On the subject of cannabis tax revenue allocation, Mahoney said, “Locally, I would also allocate any tax revenue from cannabis to public schools and drug rehab programs as well as programs for the homeless and the Native American population.”
In terms of his opinions on the proven medical benefits of cannabis, Dr. Mahoney commented, “My opinion as a doctor about cannabis is that it is like any medication. There are good reasons and benefits to using it as well as possible adverse side effects. I think it could be good for anxiety disorders, cancer and other issues a patient might have.”
Fargo has a population close to 123,000 citizens and North Dakota has a total population of slightly over 755,000 citizens. The outcome of Measure 3 will be the determining factor in recreational cannabis access to this population, and maybe introducing several new business types previously unseen in the state economy.
North Dakota is geographically situated a vast distance away from another state offering recreational cannabis, so the state could very well receive a grand influx of cannabis tourism. Colorado saw a tourism boost in several parts of Colorado upon Amendment 64’s implementation.
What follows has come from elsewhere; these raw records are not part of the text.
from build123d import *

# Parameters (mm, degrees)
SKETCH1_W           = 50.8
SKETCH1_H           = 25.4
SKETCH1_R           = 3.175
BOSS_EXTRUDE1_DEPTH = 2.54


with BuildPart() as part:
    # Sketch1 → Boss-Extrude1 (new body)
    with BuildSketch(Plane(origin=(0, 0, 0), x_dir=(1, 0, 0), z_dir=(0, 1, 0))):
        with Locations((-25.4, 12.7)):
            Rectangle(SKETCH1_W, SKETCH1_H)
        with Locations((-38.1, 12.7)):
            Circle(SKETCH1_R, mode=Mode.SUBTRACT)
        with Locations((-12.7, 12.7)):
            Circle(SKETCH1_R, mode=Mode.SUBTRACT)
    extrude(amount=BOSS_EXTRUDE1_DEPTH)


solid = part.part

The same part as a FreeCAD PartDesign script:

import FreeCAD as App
import Part
import Sketcher

V = App.Vector
Q = App.Units.Quantity

doc = App.newDocument("Part")
body = doc.addObject("PartDesign::Body", "Body")

# Sketch on XZ plane
sketch1 = doc.addObject("Sketcher::SketchObject", "Sketch")
body.addObject(sketch1)
sketch1.AttachmentSupport = (doc.XZ_Plane, [""])
sketch1.MapMode = "FlatFace"
sketch1.addGeometry(Part.LineSegment(V(-50.8, -25.4, 0), V(-50.8, 0, 0)), False)
sketch1.addGeometry(Part.LineSegment(V(-50.8, 0, 0), V(0, 0, 0)), False)
sketch1.addGeometry(Part.LineSegment(V(0, 0, 0), V(0, -25.4, 0)), False)
sketch1.addGeometry(Part.LineSegment(V(0, -25.4, 0), V(-50.8, -25.4, 0)), False)
sketch1.addGeometry(Part.Circle(V(-38.1, -12.7, 0), V(0, 0, 1), 3.2), False)
sketch1.addGeometry(Part.Circle(V(-12.7, -12.7, 0), V(0, 0, 1), 3.2), False)
sketch1.addConstraint(Sketcher.Constraint("Coincident", 0, 2, 1, 1))
sketch1.addConstraint(Sketcher.Constraint("Coincident", 1, 2, 2, 1))
sketch1.addConstraint(Sketcher.Constraint("Coincident", 2, 2, 3, 1))
sketch1.addConstraint(Sketcher.Constraint("Coincident", 3, 2, 0, 1))
sketch1.addConstraint(Sketcher.Constraint("Vertical", 0))
sketch1.addConstraint(Sketcher.Constraint("Horizontal", 1))
sketch1.addConstraint(Sketcher.Constraint("Vertical", 2))
sketch1.addConstraint(Sketcher.Constraint("Horizontal", 3))
sketch1.addConstraint(Sketcher.Constraint("Coincident", 1, 2, -1, 1))
sketch1.addConstraint(Sketcher.Constraint("Equal", 4, 5))
sketch1.addConstraint(Sketcher.Constraint("Horizontal", 4, 3, 5, 3))
sketch1.addConstraint(Sketcher.Constraint("Diameter", 4, Q("0.25 in")))
sketch1.addConstraint(Sketcher.Constraint("DistanceX", 1, 1, 1, 2, Q("2 in")))
sketch1.addConstraint(Sketcher.Constraint("DistanceY", 0, 1, 0, 2, Q("1 in")))
sketch1.addConstraint(Sketcher.Constraint("DistanceX", 4, 3, 5, 3, Q("1 in")))
sketch1.addConstraint(Sketcher.Constraint("DistanceX", 4, 3, -1, 1, Q("1.5 in")))
sketch1.addConstraint(Sketcher.Constraint("DistanceY", 4, 3, -1, 1, Q("0.5 in")))
pad1 = doc.addObject("PartDesign::Pad", "Pad")
body.addObject(pad1)
pad1.Profile = sketch1
pad1.Length = Q("0.1 in")
pad1.Reversed = True

doc.recompute()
If the measure is successfully passed, then North Dakota could become a Midwestern mecca of recreational marijuana and canna-tourism, truly living up to it’s name of “The Peace Garden State.”
According to the Ballotpedia page for Measure 3, the poll results for whether the measure will pass vary depending on the source. On a poll conducted by LegalizeND via Kitchens Group, 46 percent of 522 polled voters will vote in favor while 39 percent will oppose the measure. On another conducted by Bismarck-based advertising agency Odney, 56 percent of the 400 polled voters said they would oppose the measure.
As Americans who witnessed the results of the 2016 presidential election, we learned not to blindly follow the results of polls and that it’s of utmost importance to cast your vote despite the forecast of the polls.
Regardless of your personal feelings on cannabis or any other political issues, fulfilling your civic duty and voting is an American right that should always be exercised.